On the other hand, the need of the State to prescribe government office hours as well as to enforce
them uniformly to all civil servants, Christians and Muslims alike, cannot be disregarded. Underlying
Section 5,8§ Rule XVII of the Omnibus Rules Implementing Book V of E.O. No. 292 is the interest of the
general public to be assured of continuous government service during office hours every Monday
through Friday. The said rule enjoins all civil servants, of whatever religious denomination, to render
public service of no less than eight hours a day or forty (40) hours a week.

To allow the Muslim employees in the Judiciary to be excused from work from 10:00 a.m. to 2:00 p.m.
every Friday (Muslim Prayer Day) during the entire calendar year would mean a diminution of the
prescribed government working hours. For then, they would be rendering service twelve (12) hours less
than that required by the civil service rules for each month. Further, this would encourage other
religious denominations to request for similar treatment.

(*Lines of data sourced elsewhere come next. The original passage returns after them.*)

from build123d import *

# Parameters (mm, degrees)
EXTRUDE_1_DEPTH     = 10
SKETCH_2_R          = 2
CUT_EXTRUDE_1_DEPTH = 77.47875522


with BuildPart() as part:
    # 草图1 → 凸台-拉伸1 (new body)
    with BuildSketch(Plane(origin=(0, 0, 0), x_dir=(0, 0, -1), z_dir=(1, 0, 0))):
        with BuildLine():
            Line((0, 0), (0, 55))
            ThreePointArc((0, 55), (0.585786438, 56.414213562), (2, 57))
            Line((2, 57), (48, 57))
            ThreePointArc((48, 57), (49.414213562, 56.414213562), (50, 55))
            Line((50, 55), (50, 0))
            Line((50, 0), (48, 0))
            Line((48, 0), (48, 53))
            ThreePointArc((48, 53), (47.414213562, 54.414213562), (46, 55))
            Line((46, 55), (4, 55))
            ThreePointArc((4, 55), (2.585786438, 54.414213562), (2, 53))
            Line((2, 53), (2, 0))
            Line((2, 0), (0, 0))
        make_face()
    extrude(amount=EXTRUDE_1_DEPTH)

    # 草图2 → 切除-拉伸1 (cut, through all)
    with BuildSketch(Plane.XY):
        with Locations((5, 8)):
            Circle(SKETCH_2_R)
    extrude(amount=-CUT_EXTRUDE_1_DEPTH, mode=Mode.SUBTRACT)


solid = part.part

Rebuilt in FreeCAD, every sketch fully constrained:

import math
import FreeCAD as App
import Part
import Sketcher

V = App.Vector
Q = App.Units.Quantity

doc = App.newDocument("Part")
body = doc.addObject("PartDesign::Body", "Body")

# Sketch on YZ plane
sketch1 = body.newObject("Sketcher::SketchObject", "Sketch")
sketch1.AttachmentSupport = (doc.getObject("YZ_Plane"), [""])
sketch1.MapMode = "FlatFace"
sketch1.addGeometry([
    Part.LineSegment(V(55, 0, 0), V(0, 0, 0)),  # 0
    Part.LineSegment(V(0, 0, 0), V(0, -2, 0)),  # 1
    Part.LineSegment(V(0, -2, 0), V(53, -2, 0)),  # 2
    Part.ArcOfCircle(Part.Circle(V(53, -4, 0), V(0, 0, 1), 2), math.radians(0), math.radians(90)),  # 3
    Part.LineSegment(V(55, -4, 0), V(55, -46, 0)),  # 4
    Part.ArcOfCircle(Part.Circle(V(53, -46, 0), V(0, 0, 1), 2), math.radians(-90), math.radians(0)),  # 5
    Part.LineSegment(V(53, -48, 0), V(0, -48, 0)),  # 6
    Part.LineSegment(V(0, -48, 0), V(0, -50, 0)),  # 7
    Part.LineSegment(V(0, -50, 0), V(55, -50, 0)),  # 8
    Part.ArcOfCircle(Part.Circle(V(55, -48, 0), V(0, 0, 1), 2), math.radians(-90), math.radians(0)),  # 9
    Part.LineSegment(V(57, -48, 0), V(57, -2, 0)),  # 10
    Part.ArcOfCircle(Part.Circle(V(55, -2, 0), V(0, 0, 1), 2), math.radians(0), math.radians(90)),  # 11
], False)
sketch1.addConstraint([
    Sketcher.Constraint("Coincident", 0, 2, 1, 1),
    Sketcher.Constraint("Coincident", 1, 2, 2, 1),
    Sketcher.Constraint("Tangent", 2, 2, 3, 2),
    Sketcher.Constraint("Tangent", 3, 1, 4, 1),
    Sketcher.Constraint("Tangent", 4, 2, 5, 2),
    Sketcher.Constraint("Tangent", 5, 1, 6, 1),
    Sketcher.Constraint("Coincident", 6, 2, 7, 1),
    Sketcher.Constraint("Coincident", 7, 2, 8, 1),
    Sketcher.Constraint("Tangent", 8, 2, 9, 1),
    Sketcher.Constraint("Tangent", 9, 2, 10, 1),
    Sketcher.Constraint("Tangent", 10, 2, 11, 1),
    Sketcher.Constraint("Tangent", 11, 2, 0, 1),
    Sketcher.Constraint("Horizontal", 0),
    Sketcher.Constraint("Vertical", 1),
    Sketcher.Constraint("Horizontal", 2),
    Sketcher.Constraint("Vertical", 4),
    Sketcher.Constraint("Horizontal", 6),
    Sketcher.Constraint("Vertical", 7),
    Sketcher.Constraint("Horizontal", 8),
    Sketcher.Constraint("Vertical", 10),
    Sketcher.Constraint("Coincident", 0, 2, -1, 1),
    Sketcher.Constraint("Equal", 3, 5),
    Sketcher.Constraint("Equal", 5, 9),
    Sketcher.Constraint("Equal", 9, 11),
    Sketcher.Constraint("PointOnObject", 6, 2, -2),
    Sketcher.Constraint("Horizontal", 11, 3, 1, 2),
    Sketcher.Constraint("Horizontal", 9, 3, 5, 1),
    Sketcher.Constraint("Vertical", 11, 3, 3, 1),
    Sketcher.Constraint("Radius", 3, Q("2 mm")),
    Sketcher.Constraint("DistanceX", 0, 2, 0, 1, Q("55 mm")),
    Sketcher.Constraint("DistanceY", 4, 2, 4, 1, Q("42 mm")),
])
pad1 = body.newObject("PartDesign::Pad", "Pad")
pad1.Profile = sketch1
pad1.Length = 10

# Sketch on XY plane
sketch2 = body.newObject("Sketcher::SketchObject", "Sketch001")
sketch2.AttachmentSupport = (doc.getObject("XY_Plane"), [""])
sketch2.MapMode = "FlatFace"
sketch2.addGeometry(Part.Circle(V(5, 8, 0), V(0, 0, 1), 2), False)
sketch2.addConstraint([
    Sketcher.Constraint("Diameter", 0, Q("4 mm")),
    Sketcher.Constraint("DistanceX", -1, 1, 0, 3, Q("5 mm")),
    Sketcher.Constraint("DistanceY", -1, 1, 0, 3, Q("8 mm")),
])
pocket1 = body.newObject("PartDesign::Pocket", "Pocket")
pocket1.Profile = sketch2
pocket1.Type = "ThroughAll"

doc.recompute()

The performance of religious practices, whether by the Muslim employees or those belonging to other
religious denominations, should not prejudice the courts and the public. Indeed, the exercise of
religious freedom does not exempt anyone from compliance with reasonable requirements of the law,
including civil service laws.

In fine, the remedy of the Muslim employees, with respect to their request to be excused from work
from 10:00 a.m. to 2:00 p.m. every Friday during the entire calendar year, is legislative, which is to ask
Congress to enact a legislation expressly exempting them from compliance with the prescribed
government working hours.

ACCORDINGLY, the Court resolved to:


1. GRANT the request to allow the Muslim employees in the Judiciary to hold office hours from 7:30
a.m. to 3:30 p.m. without break during the month of Ramadan pursuant to Section 3 (a) of Presidential
Decree No. 291, as amended by Presidential Decree No. 322; andcralawlibrary

2. DENY for lack of legal basis the request that the Muslim employees in the Judiciary be excused from
work from 10:00 a.m. to 2:00 p.m. every Friday, the Muslim Prayer Day, during the entire calendar year.